Ecrit par Yasmina Mahdi le 29.01.21 dans La Une CED, Les Chroniques, Les Livres, Iles britanniques, La Table Ronde

À rude épreuve (La Saga des Cazalet II), Elizabeth Jane Howard, La Table ronde, octobre 2020, trad. Cécile Arnaud, 608 pages, 24 €

À rude épreuve (La Saga des Cazalet II), Elizabeth Jane Howard (par Yasmina Mahdi)

 

Au temps du Blitz

Tout d’abord, voici l’arbre généalogique du premier tome de La chronique des Cazalet, Étés anglais, d’Elizabeth Jane Howard (1923-2014). Les deux arrière-grands-parents, William Cazalet (le Brig) et Kitty Barlow (la Duche), ont engendré quatre enfants : Hugh, époux de Sybil Carter, parents de Polly, Simon, William ; Edward, époux de Viola Rydal, à leur tour parents de Louise, Teddy, Lydia, Roland ; Rachel, restée célibataire ; Rupert, mari de Zoë Headford, qui ont eu Clarissa, Neville, Juliet. L’autre famille, Raymond et Jessica Castle sont parents d’Angela, de Nora, de Christopher et de Judy. Ce petit monde de la classe moyenne est servi par treize domestiques, plus une préceptrice. Comme il est indiqué dans la préface, le premier tome Étés anglais « s’achevait en 1938 avec le discours de Chamberlain à son retour de Munich – “la paix dans l’honneur” ».

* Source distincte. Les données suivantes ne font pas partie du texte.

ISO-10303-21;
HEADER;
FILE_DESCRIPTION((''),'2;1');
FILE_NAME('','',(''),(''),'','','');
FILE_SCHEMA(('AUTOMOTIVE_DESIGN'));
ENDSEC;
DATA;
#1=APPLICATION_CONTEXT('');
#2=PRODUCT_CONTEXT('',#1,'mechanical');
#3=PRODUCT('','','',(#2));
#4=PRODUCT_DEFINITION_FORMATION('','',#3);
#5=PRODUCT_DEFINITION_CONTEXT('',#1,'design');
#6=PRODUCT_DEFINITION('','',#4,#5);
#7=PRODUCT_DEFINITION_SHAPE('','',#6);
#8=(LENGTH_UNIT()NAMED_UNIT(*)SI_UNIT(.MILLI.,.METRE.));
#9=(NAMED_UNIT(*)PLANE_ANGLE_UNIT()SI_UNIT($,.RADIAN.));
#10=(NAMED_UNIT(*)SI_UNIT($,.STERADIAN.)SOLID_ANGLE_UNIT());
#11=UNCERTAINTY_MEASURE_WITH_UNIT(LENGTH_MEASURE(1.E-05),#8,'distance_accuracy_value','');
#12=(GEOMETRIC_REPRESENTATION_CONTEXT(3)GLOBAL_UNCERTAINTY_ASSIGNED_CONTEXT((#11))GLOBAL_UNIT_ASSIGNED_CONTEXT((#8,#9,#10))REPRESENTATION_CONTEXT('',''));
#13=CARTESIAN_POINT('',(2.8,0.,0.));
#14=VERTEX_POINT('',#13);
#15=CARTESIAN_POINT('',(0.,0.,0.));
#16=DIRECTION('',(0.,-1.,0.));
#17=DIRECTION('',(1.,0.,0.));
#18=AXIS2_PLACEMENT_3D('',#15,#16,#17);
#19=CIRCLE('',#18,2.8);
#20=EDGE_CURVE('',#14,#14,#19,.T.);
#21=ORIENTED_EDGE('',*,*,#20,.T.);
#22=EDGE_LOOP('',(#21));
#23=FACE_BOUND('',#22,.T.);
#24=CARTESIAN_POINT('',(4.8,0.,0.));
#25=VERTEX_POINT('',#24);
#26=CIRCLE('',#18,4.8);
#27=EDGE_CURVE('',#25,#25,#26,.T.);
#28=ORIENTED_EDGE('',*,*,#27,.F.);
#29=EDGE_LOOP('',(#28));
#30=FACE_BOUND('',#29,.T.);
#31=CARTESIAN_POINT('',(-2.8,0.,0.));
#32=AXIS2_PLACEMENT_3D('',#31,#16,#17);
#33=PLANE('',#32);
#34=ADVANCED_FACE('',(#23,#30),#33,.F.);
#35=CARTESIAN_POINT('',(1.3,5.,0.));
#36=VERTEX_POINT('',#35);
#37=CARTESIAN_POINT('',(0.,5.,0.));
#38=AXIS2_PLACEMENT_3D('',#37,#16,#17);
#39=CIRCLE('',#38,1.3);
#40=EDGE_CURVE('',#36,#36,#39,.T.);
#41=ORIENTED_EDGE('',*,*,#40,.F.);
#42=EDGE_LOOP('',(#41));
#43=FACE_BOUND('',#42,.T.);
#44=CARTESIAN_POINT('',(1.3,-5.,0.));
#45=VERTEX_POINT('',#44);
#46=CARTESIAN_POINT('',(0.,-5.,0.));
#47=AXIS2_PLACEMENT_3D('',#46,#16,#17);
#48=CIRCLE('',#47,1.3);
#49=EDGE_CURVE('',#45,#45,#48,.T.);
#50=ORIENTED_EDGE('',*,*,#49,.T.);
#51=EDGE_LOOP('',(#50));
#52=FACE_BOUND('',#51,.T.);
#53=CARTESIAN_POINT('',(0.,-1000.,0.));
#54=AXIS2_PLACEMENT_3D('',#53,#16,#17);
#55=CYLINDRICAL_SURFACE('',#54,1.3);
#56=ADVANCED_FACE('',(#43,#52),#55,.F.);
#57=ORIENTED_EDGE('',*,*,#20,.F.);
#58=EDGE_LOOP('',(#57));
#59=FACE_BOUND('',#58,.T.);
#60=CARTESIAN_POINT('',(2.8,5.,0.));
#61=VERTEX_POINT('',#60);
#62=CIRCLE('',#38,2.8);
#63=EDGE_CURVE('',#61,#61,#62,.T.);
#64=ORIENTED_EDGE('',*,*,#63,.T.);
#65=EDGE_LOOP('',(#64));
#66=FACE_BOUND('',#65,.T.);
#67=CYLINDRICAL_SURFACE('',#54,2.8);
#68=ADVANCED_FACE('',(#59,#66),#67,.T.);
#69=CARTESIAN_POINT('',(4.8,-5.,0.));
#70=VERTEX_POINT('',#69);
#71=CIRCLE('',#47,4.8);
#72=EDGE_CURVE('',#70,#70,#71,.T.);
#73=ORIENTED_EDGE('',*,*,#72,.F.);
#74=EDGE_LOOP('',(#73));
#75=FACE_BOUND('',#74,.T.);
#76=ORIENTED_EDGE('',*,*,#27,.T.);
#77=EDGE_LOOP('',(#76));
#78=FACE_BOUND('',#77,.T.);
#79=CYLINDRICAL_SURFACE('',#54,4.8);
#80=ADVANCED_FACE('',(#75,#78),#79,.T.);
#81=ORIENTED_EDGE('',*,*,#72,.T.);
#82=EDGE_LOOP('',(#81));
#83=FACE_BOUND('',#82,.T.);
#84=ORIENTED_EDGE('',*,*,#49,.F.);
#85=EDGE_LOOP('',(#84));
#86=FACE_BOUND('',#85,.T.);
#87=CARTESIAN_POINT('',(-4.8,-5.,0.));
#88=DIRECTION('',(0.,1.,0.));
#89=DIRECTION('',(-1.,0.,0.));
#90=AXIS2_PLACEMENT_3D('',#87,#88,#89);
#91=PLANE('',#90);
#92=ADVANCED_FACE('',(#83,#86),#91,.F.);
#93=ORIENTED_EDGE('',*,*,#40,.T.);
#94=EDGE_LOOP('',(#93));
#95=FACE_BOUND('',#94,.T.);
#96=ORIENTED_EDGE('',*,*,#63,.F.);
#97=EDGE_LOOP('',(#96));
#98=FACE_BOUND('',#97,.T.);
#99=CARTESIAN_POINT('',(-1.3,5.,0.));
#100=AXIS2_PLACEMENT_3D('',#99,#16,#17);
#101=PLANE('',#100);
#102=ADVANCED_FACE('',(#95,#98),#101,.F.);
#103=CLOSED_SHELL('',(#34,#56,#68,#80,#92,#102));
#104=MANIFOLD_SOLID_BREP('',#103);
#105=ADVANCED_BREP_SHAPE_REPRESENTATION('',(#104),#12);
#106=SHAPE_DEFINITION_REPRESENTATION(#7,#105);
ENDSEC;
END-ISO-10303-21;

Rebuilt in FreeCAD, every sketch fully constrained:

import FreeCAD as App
import Part
import Sketcher
Q = App.Units.Quantity


def add_polygon(sketch, points):
    """Adds a closed chain of lines whose ends are joined by coincident constraints."""
    first, n = sketch.GeometryCount, len(points)
    for a, b in zip(points, points[1:] + points[:1]):
        sketch.addGeometry(Part.LineSegment(App.Vector(*a, 0), App.Vector(*b, 0)), False)
    for i in range(n):
        sketch.addConstraint(Sketcher.Constraint("Coincident", first + i, 2, first + (i + 1) % n, 1))

doc = App.newDocument("Part")
params = doc.addObject("Spreadsheet::Sheet", "Params")
for row, (alias, value) in enumerate([
    ("sketch1_width", "2 mm"),
    ("sketch1_height", "5 mm"),
    ("sketch1_width2", "1.5 mm"),
    ("revolution_angle", "360 deg"),
], start=1):
    params.set(f"A{row}", alias)
    params.set(f"B{row}", "=" + value)
    params.setAlias(f"B{row}", alias)

body = doc.addObject("PartDesign::Body", "Body")

# Sketch on XY plane
sketch1 = doc.addObject("Sketcher::SketchObject", "Sketch")
body.addObject(sketch1)
sketch1.AttachmentSupport = (doc.XY_Plane, [""])
sketch1.MapMode = "FlatFace"
add_polygon(sketch1, [(-1.3, 5), (-2.8, 5), (-2.8, 0), (-4.8, 0), (-4.8, -5), (-1.3, -5)])  # lines 0-5
sketch1.addConstraint(Sketcher.Constraint("Horizontal", 0))
sketch1.addConstraint(Sketcher.Constraint("Vertical", 1))
sketch1.addConstraint(Sketcher.Constraint("Horizontal", 2))
sketch1.addConstraint(Sketcher.Constraint("Vertical", 3))
sketch1.addConstraint(Sketcher.Constraint("Horizontal", 4))
sketch1.addConstraint(Sketcher.Constraint("Vertical", 5))
sketch1.addConstraint(Sketcher.Constraint("PointOnObject", 1, 2, -1))
sketch1.addConstraint(Sketcher.Constraint("Equal", 1, 3))
sketch1.addConstraint(Sketcher.Constraint("DistanceX", 2, 2, 2, 1, Q("2 mm")))
sketch1.addConstraint(Sketcher.Constraint("DistanceY", 1, 2, 1, 1, Q("5 mm")))
sketch1.addConstraint(Sketcher.Constraint("DistanceX", 0, 2, 0, 1, Q("1.5 mm")))
sketch1.addConstraint(Sketcher.Constraint("DistanceX", 0, 2, -1, 1, Q("2.8 mm")))
sketch1.setExpression("Constraints[14]", "Params.sketch1_width")
sketch1.setExpression("Constraints[15]", "Params.sketch1_height")
sketch1.setExpression("Constraints[16]", "Params.sketch1_width2")
revolution = doc.addObject("PartDesign::Revolution", "Revolution")
body.addObject(revolution)
revolution.Profile = sketch1
revolution.ReferenceAxis = (sketch1, ["V_Axis"])
revolution.setExpression("Angle", "Params.revolution_angle")

doc.recompute()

Le deuxième tome de la saga des Cazalet, À rude épreuve, débute par le « fracas de l’annonce de la guerre (…) en ce beau dimanche matin de septembre 1939 ». La famille Cazalet est contrainte de déménager dans une de leurs maisons à Home Place, à Pear Tree Cottage, transformée en nurserie. D’un côté, il y a la crainte des « attaques nocturnes » et de l’autre, la lutte pour la survie, les restrictions, l’accueil des nourrissons et des infirmières. Elizabeth Jane Howard décline l’identité de chacun de ses personnages, à la façon d’un tableau de George William Joy. Pour commencer, une vive discussion oppose les deux cousines, deux adolescentes, Louise Cazalet, qui veut être « une grande actrice » et Nora Castle, « religieuse » ; les préjugés fusent contre les acteurs. « La perspective de la guerre » jette une ombre noire sur le présent et l’avenir de la famille, tout s’assombrit, avec « le black-out », la pose du « tissu occultant » sur les fenêtres, les « yeux vitreux » du grand-père William (Bug) qui devient aveugle.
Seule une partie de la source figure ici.